(ASSIGNED TASK): For each line in the records that contains "join", make a copy.

(AVAILABLE RECORDS):

▼

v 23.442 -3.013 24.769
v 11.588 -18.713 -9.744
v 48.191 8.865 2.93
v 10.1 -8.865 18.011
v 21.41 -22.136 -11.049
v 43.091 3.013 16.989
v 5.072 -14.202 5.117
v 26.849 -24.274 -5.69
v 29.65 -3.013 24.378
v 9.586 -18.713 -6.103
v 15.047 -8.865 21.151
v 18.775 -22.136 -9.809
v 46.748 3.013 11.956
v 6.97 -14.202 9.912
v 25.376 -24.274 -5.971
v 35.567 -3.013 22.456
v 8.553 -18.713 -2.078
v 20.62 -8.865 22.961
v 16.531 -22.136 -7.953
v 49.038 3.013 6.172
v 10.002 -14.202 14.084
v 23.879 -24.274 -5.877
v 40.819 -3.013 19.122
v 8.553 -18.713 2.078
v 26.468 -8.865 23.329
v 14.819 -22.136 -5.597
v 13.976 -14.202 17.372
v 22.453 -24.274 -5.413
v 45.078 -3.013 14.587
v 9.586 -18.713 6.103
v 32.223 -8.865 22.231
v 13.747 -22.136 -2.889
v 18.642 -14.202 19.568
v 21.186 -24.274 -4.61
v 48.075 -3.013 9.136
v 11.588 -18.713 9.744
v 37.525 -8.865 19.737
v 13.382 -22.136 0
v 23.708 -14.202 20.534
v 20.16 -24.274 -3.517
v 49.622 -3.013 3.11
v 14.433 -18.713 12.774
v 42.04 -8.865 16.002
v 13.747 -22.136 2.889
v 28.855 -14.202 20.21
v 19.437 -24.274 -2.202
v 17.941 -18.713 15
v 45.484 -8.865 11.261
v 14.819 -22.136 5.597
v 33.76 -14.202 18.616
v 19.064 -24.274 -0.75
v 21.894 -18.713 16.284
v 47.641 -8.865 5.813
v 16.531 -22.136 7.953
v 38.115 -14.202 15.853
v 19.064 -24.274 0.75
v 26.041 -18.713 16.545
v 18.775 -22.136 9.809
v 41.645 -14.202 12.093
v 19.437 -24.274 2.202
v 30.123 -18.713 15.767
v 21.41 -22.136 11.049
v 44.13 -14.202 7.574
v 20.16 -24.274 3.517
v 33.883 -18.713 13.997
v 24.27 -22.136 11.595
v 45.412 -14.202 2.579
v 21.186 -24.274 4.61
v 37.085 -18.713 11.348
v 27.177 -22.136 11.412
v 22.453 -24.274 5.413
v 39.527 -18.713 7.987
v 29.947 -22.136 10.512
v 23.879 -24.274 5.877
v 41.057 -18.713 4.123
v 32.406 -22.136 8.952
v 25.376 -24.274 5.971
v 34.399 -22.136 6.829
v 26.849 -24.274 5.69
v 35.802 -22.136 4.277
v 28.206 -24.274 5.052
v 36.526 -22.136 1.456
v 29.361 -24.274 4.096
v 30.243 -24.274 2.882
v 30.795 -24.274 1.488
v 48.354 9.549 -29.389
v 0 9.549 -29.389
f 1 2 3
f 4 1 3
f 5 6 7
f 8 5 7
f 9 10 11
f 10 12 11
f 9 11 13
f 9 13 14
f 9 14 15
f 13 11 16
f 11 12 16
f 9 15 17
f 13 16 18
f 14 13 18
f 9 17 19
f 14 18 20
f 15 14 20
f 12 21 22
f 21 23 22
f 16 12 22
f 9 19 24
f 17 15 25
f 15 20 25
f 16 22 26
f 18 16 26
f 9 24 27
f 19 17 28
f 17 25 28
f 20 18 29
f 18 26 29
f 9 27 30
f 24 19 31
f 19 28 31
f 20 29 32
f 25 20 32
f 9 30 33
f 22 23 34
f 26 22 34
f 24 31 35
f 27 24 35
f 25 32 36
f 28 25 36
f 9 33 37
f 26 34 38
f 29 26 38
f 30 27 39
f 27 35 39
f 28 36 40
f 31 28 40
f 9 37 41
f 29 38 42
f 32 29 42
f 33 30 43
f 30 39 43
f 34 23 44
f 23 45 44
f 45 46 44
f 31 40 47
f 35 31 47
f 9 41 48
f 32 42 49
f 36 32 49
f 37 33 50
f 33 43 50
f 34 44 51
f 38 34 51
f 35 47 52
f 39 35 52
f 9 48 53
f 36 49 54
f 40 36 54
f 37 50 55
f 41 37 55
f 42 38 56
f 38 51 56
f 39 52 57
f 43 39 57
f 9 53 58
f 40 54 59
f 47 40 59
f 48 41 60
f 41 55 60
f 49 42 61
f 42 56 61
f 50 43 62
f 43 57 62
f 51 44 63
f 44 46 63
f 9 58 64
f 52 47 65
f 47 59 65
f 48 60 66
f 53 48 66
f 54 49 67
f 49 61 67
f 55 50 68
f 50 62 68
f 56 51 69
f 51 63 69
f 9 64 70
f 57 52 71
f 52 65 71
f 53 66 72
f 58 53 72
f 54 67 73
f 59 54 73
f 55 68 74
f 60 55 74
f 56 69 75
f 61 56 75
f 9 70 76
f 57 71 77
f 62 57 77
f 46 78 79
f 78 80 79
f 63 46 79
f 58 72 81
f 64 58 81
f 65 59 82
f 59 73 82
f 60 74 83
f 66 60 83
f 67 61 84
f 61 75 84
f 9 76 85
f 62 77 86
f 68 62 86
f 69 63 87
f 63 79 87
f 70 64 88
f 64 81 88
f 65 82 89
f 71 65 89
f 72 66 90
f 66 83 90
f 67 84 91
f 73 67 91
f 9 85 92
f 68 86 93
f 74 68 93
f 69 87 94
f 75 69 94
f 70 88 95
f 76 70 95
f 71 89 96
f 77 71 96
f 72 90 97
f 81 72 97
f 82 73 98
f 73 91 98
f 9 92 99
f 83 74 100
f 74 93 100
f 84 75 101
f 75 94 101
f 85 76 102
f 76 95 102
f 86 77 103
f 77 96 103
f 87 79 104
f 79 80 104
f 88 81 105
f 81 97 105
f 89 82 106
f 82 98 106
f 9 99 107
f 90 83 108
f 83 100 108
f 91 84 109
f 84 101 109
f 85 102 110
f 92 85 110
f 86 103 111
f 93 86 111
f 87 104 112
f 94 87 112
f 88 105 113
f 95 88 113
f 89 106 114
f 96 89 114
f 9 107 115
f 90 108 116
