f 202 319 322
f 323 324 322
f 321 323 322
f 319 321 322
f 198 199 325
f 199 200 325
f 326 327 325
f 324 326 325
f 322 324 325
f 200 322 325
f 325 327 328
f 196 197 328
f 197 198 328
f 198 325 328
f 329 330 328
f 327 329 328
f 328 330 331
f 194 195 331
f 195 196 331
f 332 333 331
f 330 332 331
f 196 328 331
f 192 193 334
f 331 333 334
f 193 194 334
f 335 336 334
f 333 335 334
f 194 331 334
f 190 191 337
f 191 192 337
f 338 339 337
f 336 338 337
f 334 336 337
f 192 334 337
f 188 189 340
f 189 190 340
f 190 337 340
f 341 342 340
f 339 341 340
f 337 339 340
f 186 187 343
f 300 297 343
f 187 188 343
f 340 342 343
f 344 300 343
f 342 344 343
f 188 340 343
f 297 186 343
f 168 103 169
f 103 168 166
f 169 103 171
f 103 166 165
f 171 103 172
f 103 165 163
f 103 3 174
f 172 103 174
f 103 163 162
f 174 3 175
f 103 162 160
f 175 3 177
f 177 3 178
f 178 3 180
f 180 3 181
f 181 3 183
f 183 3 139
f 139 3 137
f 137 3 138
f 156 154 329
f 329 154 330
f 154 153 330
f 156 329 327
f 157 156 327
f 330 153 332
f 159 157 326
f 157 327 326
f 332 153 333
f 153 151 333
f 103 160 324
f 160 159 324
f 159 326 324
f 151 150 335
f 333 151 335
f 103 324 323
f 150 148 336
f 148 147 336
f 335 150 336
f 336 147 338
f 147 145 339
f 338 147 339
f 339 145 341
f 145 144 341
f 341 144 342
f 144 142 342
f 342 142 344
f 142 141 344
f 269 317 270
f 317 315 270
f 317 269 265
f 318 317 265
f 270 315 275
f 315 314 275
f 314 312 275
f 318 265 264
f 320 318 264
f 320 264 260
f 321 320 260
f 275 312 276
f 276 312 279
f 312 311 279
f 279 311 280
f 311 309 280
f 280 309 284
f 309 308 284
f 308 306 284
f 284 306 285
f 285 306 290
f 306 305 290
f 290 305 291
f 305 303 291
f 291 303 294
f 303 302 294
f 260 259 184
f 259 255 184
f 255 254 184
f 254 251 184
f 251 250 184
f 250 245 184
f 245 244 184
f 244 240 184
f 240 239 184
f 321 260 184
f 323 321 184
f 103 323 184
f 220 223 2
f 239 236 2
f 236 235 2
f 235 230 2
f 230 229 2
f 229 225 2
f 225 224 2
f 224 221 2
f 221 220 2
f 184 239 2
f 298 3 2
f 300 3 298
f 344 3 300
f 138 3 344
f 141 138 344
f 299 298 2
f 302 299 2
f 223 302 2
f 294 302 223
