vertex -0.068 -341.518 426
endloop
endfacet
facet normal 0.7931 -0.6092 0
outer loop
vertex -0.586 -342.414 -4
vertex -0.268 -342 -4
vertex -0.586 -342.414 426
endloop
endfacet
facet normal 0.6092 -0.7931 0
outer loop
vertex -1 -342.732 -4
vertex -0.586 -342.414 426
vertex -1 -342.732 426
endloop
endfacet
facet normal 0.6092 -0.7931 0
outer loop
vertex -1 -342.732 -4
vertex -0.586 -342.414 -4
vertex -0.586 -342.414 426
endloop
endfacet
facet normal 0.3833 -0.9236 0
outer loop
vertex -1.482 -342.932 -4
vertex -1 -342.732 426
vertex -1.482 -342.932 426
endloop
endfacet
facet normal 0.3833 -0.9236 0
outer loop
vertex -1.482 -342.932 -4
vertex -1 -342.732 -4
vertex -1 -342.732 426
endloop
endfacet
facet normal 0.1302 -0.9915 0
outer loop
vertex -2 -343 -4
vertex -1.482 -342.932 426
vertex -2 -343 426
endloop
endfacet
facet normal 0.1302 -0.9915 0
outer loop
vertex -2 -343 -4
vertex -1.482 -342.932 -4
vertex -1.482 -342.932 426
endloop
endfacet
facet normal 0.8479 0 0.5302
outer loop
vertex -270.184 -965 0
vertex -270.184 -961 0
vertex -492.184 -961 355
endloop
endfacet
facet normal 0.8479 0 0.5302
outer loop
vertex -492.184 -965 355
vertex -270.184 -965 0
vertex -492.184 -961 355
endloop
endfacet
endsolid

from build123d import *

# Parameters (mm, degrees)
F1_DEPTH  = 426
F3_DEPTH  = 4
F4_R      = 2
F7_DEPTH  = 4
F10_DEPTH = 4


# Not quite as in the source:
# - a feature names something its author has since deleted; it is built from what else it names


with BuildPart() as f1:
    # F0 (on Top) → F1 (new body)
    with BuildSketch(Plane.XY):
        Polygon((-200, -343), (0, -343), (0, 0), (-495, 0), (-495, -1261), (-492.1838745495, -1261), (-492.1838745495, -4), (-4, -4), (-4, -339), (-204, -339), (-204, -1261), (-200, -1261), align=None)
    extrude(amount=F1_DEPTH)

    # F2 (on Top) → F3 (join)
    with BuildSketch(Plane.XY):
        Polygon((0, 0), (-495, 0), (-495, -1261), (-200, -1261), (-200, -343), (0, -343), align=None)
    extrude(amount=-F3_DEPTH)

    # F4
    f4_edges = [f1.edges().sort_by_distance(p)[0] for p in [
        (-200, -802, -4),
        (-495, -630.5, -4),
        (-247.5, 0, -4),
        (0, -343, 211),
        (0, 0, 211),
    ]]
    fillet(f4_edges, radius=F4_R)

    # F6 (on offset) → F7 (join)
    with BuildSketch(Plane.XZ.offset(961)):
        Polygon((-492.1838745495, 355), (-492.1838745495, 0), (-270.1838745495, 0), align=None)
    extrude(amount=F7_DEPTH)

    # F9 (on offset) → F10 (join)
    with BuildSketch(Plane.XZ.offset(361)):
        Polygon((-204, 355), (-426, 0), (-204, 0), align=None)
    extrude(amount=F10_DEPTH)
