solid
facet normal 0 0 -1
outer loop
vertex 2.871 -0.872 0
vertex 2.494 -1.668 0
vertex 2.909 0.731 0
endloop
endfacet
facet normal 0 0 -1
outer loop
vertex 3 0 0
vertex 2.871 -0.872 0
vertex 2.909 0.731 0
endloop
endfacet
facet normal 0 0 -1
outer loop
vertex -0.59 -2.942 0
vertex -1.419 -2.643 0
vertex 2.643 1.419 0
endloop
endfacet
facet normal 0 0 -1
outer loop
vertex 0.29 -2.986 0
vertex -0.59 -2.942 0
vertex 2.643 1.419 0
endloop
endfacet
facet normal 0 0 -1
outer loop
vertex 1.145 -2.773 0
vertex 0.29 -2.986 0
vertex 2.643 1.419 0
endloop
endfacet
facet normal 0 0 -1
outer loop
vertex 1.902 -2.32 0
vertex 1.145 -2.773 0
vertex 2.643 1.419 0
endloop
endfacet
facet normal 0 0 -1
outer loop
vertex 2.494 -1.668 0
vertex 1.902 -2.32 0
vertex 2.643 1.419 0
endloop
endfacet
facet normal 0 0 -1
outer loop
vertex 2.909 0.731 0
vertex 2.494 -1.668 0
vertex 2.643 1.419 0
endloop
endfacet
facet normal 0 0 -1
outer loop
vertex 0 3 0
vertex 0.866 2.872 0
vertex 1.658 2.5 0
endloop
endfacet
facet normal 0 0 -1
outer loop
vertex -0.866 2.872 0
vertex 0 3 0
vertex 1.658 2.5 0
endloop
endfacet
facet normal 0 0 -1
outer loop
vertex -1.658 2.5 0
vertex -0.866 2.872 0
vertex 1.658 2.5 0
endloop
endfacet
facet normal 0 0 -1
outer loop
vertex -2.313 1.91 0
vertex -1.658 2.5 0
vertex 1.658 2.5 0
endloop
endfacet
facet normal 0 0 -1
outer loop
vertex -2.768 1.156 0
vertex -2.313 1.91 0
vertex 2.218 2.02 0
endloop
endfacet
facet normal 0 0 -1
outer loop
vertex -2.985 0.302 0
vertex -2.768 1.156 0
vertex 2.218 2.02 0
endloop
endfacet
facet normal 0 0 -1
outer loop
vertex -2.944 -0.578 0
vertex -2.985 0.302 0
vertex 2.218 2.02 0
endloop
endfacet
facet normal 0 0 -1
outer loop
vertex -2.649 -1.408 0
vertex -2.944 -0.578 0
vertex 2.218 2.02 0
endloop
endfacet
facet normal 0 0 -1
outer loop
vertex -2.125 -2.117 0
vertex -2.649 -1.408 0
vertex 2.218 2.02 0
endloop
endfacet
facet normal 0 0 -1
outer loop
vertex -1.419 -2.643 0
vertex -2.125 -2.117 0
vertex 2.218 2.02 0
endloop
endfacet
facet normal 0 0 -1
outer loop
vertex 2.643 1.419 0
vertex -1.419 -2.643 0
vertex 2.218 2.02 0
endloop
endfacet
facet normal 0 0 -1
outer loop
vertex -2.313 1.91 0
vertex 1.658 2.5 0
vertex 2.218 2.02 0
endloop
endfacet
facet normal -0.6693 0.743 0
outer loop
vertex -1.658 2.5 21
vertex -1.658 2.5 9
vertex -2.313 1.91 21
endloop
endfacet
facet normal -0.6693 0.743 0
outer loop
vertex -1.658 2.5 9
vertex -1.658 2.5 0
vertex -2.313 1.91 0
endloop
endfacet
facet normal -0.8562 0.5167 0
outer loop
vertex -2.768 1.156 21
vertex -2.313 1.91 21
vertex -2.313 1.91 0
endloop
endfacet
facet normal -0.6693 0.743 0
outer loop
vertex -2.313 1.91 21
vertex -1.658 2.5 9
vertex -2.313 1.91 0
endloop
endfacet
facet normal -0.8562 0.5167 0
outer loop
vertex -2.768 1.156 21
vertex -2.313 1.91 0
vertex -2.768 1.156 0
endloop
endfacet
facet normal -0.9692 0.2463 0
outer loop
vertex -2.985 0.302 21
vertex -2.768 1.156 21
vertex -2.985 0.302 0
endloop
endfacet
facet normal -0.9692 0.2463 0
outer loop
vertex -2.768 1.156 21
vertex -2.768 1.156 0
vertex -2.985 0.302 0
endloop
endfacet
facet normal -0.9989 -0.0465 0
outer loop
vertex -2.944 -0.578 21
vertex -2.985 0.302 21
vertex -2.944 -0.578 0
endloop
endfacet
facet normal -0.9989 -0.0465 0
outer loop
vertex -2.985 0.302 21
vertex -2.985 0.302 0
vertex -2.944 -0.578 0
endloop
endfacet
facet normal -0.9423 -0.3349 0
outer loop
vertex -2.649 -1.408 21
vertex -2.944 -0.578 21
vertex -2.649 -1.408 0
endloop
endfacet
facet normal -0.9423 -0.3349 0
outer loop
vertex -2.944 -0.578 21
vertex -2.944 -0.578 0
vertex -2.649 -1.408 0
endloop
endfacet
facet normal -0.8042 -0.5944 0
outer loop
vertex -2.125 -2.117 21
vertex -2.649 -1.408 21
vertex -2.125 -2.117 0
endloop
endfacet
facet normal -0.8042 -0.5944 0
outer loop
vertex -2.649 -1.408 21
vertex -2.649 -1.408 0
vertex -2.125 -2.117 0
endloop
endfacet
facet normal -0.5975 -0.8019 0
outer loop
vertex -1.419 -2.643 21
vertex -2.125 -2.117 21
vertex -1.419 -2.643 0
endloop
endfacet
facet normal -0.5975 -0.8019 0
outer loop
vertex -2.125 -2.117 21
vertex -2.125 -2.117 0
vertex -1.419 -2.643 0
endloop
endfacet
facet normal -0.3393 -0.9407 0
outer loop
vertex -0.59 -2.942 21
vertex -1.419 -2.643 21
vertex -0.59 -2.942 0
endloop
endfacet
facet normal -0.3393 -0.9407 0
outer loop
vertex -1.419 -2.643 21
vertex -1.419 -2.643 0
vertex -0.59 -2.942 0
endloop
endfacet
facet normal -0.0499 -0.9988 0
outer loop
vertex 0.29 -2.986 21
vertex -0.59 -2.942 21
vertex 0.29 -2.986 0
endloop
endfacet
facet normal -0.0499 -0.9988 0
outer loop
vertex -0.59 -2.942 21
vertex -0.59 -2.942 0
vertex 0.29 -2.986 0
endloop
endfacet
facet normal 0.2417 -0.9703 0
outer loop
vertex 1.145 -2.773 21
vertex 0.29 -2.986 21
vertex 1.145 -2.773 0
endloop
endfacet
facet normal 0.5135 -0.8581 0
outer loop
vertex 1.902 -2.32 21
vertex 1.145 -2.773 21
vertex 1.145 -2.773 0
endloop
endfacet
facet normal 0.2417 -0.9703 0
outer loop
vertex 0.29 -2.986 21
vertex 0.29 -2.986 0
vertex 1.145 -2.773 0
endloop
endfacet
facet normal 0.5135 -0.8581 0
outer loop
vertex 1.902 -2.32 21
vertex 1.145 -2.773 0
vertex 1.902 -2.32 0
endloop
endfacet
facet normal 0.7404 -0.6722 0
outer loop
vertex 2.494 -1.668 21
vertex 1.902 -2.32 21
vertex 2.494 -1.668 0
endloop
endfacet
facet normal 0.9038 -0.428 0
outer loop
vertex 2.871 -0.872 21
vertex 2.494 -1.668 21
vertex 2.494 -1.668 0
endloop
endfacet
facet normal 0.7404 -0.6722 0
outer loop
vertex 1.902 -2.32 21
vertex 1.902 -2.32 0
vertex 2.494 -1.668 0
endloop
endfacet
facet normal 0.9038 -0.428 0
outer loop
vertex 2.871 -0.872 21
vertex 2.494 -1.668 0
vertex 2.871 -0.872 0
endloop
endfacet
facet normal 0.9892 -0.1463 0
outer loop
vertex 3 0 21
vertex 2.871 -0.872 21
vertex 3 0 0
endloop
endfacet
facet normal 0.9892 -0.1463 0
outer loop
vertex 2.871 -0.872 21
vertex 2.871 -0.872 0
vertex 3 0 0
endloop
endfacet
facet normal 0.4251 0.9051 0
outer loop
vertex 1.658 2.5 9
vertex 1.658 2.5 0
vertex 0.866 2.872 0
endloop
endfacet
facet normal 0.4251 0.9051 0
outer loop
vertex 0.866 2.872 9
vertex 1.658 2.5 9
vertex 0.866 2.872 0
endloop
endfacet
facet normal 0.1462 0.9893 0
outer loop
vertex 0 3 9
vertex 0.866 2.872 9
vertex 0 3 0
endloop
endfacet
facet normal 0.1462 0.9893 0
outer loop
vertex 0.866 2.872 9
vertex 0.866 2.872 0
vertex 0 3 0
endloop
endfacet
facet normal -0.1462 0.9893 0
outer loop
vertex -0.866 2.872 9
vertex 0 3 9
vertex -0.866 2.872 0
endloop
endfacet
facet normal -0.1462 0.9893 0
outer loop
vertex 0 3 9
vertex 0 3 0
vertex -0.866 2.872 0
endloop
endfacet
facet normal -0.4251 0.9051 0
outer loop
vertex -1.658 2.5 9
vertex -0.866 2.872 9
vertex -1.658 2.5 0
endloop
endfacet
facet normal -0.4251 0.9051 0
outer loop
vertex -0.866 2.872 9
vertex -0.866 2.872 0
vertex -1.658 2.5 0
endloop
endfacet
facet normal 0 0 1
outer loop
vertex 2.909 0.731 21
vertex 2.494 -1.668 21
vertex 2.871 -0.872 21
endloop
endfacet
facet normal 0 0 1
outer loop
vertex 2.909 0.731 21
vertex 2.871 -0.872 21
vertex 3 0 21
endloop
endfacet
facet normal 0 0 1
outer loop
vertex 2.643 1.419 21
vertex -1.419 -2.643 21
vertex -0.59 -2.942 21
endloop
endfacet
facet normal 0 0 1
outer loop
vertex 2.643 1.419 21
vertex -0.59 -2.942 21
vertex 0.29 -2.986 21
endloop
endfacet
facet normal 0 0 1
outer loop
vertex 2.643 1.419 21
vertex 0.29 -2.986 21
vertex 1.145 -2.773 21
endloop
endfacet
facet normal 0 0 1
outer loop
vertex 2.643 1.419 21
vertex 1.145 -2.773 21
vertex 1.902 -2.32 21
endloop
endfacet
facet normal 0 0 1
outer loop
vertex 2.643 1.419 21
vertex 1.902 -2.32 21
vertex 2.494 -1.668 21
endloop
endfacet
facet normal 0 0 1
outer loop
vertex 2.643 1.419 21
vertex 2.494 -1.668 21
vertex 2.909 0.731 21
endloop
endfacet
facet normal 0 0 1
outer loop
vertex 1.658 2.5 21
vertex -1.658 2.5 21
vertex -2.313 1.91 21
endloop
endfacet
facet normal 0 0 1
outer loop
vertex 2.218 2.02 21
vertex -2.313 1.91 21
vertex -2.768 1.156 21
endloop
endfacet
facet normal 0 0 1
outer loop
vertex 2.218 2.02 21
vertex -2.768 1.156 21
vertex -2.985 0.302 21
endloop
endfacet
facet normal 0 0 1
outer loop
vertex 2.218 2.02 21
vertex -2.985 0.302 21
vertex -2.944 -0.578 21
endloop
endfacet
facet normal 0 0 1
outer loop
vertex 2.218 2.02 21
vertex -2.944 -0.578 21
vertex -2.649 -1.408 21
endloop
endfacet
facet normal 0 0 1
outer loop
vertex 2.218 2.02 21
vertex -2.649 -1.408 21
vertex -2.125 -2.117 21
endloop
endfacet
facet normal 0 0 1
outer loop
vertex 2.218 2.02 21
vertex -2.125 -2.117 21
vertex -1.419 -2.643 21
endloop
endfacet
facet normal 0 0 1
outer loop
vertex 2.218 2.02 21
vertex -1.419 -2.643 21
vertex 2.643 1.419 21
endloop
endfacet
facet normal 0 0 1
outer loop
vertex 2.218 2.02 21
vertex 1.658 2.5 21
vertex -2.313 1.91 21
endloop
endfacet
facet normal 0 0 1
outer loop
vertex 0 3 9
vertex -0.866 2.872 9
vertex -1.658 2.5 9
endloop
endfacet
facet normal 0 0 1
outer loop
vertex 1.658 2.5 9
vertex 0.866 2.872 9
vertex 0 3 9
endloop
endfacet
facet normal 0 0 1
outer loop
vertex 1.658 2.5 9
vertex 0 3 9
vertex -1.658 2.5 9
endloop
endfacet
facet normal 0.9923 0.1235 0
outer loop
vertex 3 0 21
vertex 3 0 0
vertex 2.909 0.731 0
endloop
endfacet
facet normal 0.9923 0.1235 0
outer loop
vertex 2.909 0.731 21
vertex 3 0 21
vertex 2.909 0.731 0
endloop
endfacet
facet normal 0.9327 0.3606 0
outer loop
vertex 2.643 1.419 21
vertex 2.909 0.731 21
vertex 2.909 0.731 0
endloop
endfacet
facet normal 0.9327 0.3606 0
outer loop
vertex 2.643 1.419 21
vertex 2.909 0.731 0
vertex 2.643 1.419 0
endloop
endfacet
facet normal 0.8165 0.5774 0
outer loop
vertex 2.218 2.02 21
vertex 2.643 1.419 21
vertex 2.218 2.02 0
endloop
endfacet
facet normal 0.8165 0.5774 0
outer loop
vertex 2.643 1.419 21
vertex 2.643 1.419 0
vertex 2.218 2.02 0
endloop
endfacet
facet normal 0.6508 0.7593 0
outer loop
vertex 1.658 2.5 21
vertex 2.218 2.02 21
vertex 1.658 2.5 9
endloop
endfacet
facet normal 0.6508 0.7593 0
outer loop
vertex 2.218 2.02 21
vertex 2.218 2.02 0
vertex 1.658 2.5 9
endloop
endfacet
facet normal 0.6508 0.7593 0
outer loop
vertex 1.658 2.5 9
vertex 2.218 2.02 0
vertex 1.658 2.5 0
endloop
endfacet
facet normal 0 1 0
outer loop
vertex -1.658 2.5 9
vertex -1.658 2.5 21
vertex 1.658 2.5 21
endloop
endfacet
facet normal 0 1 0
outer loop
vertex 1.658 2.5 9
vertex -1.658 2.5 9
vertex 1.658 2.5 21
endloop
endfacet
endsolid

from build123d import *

# Parameters (mm, degrees)
BOSS_EXTRUDE1_DEPTH = 21
CUT_EXTRUDE1_START  = 21
CUT_EXTRUDE1_DEPTH  = 12


with BuildPart() as part:
    # Sketch1 → Boss-Extrude1 (new body)
    with BuildSketch(Plane.XY):
        with BuildLine():
            ThreePointArc((1.658312395, 2.5), (0, 3), (-1.658312395, 2.5))
            Line((-1.658312395, 2.5), (1.658312395, 2.5))
        make_face()
        with BuildLine():
            Line((1.658312395, 2.5), (-1.658312395, 2.5))
            ThreePointArc((-1.658312395, 2.5), (-1.418637165, -2.643382037), (3, 0))
            ThreePointArc((3, 0), (2.643382037, 1.418637165), (1.658312395, 2.5))
        make_face()
    extrude(amount=BOSS_EXTRUDE1_DEPTH)

    # Sketch1<3> → Cut-Extrude1 (cut)
    with BuildSketch(Plane.XY.offset(CUT_EXTRUDE1_START)):
        Polygon((-26.073564647, 2.5), (-1.658312395, 2.5), (1.658312395, 2.5), (26.073564647, 2.5), (26.073564647, 51.330504504), (-26.073564647, 51.330504504), align=None)
    extrude(amount=-CUT_EXTRUDE1_DEPTH, mode=Mode.SUBTRACT)


solid = part.part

▲

(TASK OUTPUT):
    # F2 (on Top) → F3 (join)
    # F6 (on offset) → F7 (join)
    # F9 (on offset) → F10 (join)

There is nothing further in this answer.